I got the part when he meets the traveling carnival as a young boy. Does it pick up from there?



Thanks for the suggestions. I really like what I've read of almost all of these above, which is why I wanted to narrow them down to one.


----------



## Steerpike (Sep 9, 2013)

Read Theft of Swords. It is a lot of fun and Michael Sullivan sometimes posts in these forums.


----------



## Philip Overby (Sep 9, 2013)

Yeah, I downloaded it after he had a promotion and shared it on the site here. I haven't really got a chance to read it, so I definitely put that at the top of my list.


----------



## BWFoster78 (Sep 9, 2013)

Regarding Name of the Wind:

I thought the whole thing was quite engaging.  If you're finding it slow going, it may not be for you.

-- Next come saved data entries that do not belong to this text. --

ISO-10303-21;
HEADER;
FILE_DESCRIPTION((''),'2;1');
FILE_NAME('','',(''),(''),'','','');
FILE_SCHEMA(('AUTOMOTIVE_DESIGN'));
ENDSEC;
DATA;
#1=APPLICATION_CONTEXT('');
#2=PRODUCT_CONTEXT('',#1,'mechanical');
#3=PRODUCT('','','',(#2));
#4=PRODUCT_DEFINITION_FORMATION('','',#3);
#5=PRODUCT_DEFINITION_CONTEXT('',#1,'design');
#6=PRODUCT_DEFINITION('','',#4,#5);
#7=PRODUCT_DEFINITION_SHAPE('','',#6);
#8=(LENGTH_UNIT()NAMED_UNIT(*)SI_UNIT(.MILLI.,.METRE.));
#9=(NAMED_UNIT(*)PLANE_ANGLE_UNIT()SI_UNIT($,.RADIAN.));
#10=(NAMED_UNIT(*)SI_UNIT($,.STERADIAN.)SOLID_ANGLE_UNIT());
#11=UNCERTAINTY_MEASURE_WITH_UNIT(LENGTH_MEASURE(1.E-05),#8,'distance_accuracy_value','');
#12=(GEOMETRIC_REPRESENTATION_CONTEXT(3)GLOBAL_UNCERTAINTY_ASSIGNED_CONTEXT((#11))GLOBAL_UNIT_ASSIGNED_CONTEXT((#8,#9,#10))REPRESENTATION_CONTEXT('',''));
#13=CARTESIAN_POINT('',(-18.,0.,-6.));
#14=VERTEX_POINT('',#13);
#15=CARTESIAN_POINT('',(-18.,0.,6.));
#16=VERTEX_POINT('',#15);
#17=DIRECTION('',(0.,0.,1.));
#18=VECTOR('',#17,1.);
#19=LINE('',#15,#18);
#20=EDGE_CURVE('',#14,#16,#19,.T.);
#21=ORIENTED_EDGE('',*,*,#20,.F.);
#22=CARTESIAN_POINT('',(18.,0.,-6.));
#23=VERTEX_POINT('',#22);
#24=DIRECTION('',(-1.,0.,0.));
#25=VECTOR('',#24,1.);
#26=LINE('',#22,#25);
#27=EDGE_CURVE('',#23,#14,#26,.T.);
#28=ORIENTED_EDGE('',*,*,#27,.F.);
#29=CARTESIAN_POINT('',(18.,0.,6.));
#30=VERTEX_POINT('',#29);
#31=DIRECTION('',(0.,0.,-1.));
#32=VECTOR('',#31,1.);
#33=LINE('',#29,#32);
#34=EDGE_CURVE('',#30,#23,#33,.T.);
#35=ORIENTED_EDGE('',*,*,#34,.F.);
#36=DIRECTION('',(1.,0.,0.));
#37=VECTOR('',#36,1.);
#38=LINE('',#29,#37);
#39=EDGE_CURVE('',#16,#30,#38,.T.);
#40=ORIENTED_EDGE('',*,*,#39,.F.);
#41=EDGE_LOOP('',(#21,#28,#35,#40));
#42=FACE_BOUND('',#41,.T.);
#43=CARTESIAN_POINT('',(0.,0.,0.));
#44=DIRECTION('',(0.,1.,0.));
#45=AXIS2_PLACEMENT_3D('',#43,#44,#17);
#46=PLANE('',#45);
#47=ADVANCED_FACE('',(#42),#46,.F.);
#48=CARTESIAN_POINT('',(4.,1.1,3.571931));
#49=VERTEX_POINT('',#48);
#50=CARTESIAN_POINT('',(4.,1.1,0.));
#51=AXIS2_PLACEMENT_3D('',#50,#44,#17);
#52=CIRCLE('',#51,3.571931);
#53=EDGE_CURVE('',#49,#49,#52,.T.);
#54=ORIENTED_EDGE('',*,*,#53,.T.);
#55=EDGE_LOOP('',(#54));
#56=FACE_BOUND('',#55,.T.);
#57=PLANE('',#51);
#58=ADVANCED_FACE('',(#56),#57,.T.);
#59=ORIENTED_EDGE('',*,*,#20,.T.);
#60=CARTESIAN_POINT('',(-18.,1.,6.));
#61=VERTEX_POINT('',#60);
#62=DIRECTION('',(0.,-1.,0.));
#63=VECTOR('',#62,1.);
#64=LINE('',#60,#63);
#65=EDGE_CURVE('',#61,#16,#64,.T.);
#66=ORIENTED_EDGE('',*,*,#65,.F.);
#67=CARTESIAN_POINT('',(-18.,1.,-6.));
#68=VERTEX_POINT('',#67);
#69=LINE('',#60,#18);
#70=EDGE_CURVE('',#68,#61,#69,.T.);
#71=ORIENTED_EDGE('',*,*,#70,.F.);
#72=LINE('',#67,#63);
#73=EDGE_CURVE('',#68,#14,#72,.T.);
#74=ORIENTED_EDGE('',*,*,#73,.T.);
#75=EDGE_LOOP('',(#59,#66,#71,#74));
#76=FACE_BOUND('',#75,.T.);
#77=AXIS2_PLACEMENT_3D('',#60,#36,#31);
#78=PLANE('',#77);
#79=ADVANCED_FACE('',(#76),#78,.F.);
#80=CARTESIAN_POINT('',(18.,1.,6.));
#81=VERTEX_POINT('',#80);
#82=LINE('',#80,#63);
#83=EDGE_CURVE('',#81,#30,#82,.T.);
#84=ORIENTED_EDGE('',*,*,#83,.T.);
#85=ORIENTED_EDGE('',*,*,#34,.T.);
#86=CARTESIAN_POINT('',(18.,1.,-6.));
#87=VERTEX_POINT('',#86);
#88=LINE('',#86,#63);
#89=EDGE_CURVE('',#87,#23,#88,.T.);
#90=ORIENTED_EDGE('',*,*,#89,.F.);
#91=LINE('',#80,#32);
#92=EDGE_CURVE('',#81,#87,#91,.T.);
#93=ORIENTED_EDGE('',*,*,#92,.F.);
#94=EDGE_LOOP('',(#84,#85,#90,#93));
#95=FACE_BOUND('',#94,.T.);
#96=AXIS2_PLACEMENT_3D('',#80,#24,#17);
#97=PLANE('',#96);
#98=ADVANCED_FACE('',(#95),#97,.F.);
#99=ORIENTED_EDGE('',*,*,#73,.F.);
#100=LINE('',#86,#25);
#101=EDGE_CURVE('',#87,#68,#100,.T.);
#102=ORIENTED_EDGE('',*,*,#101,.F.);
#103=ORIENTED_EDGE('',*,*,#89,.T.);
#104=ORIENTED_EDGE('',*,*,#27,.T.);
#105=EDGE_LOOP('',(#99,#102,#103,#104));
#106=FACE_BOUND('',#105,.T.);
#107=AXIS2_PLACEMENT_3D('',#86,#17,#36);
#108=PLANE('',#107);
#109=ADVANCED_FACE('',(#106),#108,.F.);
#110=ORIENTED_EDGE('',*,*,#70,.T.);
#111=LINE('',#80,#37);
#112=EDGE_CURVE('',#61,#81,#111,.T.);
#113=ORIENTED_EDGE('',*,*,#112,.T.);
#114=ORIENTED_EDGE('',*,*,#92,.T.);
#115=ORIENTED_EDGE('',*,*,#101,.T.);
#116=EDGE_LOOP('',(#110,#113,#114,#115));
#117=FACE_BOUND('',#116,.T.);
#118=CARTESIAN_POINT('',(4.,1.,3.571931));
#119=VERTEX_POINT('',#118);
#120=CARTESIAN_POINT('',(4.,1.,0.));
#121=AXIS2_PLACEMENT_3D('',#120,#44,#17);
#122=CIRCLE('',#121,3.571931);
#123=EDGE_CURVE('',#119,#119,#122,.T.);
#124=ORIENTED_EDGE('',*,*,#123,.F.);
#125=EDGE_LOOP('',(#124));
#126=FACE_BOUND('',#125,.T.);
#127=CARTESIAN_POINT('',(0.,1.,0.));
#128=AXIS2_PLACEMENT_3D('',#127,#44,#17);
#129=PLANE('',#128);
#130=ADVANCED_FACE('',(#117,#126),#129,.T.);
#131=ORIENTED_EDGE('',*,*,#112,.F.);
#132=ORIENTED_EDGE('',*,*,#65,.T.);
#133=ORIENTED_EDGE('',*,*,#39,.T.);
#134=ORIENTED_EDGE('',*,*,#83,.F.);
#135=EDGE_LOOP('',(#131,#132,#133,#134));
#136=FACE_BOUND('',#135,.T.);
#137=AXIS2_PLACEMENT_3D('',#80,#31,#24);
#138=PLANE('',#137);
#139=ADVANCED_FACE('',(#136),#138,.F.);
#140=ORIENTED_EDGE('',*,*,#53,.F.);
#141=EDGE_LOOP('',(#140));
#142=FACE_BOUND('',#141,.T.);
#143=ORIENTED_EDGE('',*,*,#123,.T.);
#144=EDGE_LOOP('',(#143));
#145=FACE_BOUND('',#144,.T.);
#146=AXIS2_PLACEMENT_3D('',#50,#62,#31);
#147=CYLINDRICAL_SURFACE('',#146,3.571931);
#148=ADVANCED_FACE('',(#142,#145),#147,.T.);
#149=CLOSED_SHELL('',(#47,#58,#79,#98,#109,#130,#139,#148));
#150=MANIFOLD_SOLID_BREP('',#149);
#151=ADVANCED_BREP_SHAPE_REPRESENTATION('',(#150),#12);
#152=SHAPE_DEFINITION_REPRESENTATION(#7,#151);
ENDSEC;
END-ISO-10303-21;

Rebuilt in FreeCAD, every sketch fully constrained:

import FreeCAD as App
import Part
import Sketcher

V = App.Vector

doc = App.newDocument("Part")
params = doc.addObject("Spreadsheet::Sheet", "Params")
for row, (alias, value) in enumerate([
    ("sketch1_width", "36 mm"),
    ("sketch1_height", "12 mm"),
    ("pad1_length", "1 mm"),
    ("pad2_length", "0.1 mm"),
], start=1):
    params.set(f"A{row}", alias)
    params.set(f"B{row}", "=" + value)
    params.setAlias(f"B{row}", alias)

body = doc.addObject("PartDesign::Body", "Body")

# Sketch on XZ plane
sketch1 = body.newObject("Sketcher::SketchObject", "Sketch")
sketch1.AttachmentSupport = (doc.getObject("XZ_Plane"), [""])
sketch1.MapMode = "FlatFace"
sketch1.addGeometry([
    Part.LineSegment(V(-18, -6, 0), V(-18, 6, 0)),
    Part.LineSegment(V(-18, 6, 0), V(18, 6, 0)),
    Part.LineSegment(V(18, 6, 0), V(18, -6, 0)),
    Part.LineSegment(V(18, -6, 0), V(-18, -6, 0)),
], False)
sketch1.addConstraint([
    Sketcher.Constraint("Coincident", 0, 2, 1, 1),
    Sketcher.Constraint("Coincident", 1, 2, 2, 1),
    Sketcher.Constraint("Coincident", 2, 2, 3, 1),
    Sketcher.Constraint("Coincident", 3, 2, 0, 1),
    Sketcher.Constraint("Vertical", 0),
    Sketcher.Constraint("Horizontal", 1),
    Sketcher.Constraint("Vertical", 2),
    Sketcher.Constraint("Horizontal", 3),
    Sketcher.Constraint("Symmetric", 0, 2, 2, 2, -1, 1),
    Sketcher.Constraint("DistanceX", 1, 1, 1, 2, 36.0),
    Sketcher.Constraint("DistanceY", 0, 1, 0, 2, 12.0),
])
sketch1.setExpression("Constraints[9]", "Params.sketch1_width")
sketch1.setExpression("Constraints[10]", "Params.sketch1_height")
pad1 = body.newObject("PartDesign::Pad", "Pad")
pad1.Profile = sketch1
pad1.setExpression("Length", "Params.pad1_length")
pad1.Reversed = True

# Sketch on XZ plane
sketch2 = body.newObject("Sketcher::SketchObject", "Sketch001")
sketch2.AttachmentSupport = (doc.getObject("XZ_Plane"), [""])
sketch2.MapMode = "FlatFace"
sketch2.AttachmentOffset = App.Placement(V(0, 0, -1), App.Rotation())
sketch2.addGeometry(Part.Circle(V(4, 0, 0), V(0, 0, 1), 3.571931), False)
sketch2.addConstraint([
    Sketcher.Constraint("PointOnObject", 0, 3, -1),
    Sketcher.Constraint("DistanceX", -1, 1, 0, 3, 4.0),
    Sketcher.Constraint("Diameter", 0, 7.143861),
])
pad2 = body.newObject("PartDesign::Pad", "Pad001")
pad2.Profile = sketch2
pad2.setExpression("Length", "Params.pad2_length")
pad2.Reversed = True

doc.recompute()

EDIT: I'm planning on reading Theft of Swords in a few weeks.


----------



## Philip Overby (Sep 9, 2013)

I didn't think it was slow going. I was actually quite interested in what was happening altogether. Especially the very beginning.


----------



## BWFoster78 (Sep 9, 2013)

Phil the Drill said:


> I didn't think it was slow going. I was actually quite interested in what was happening altogether. Especially the very beginning.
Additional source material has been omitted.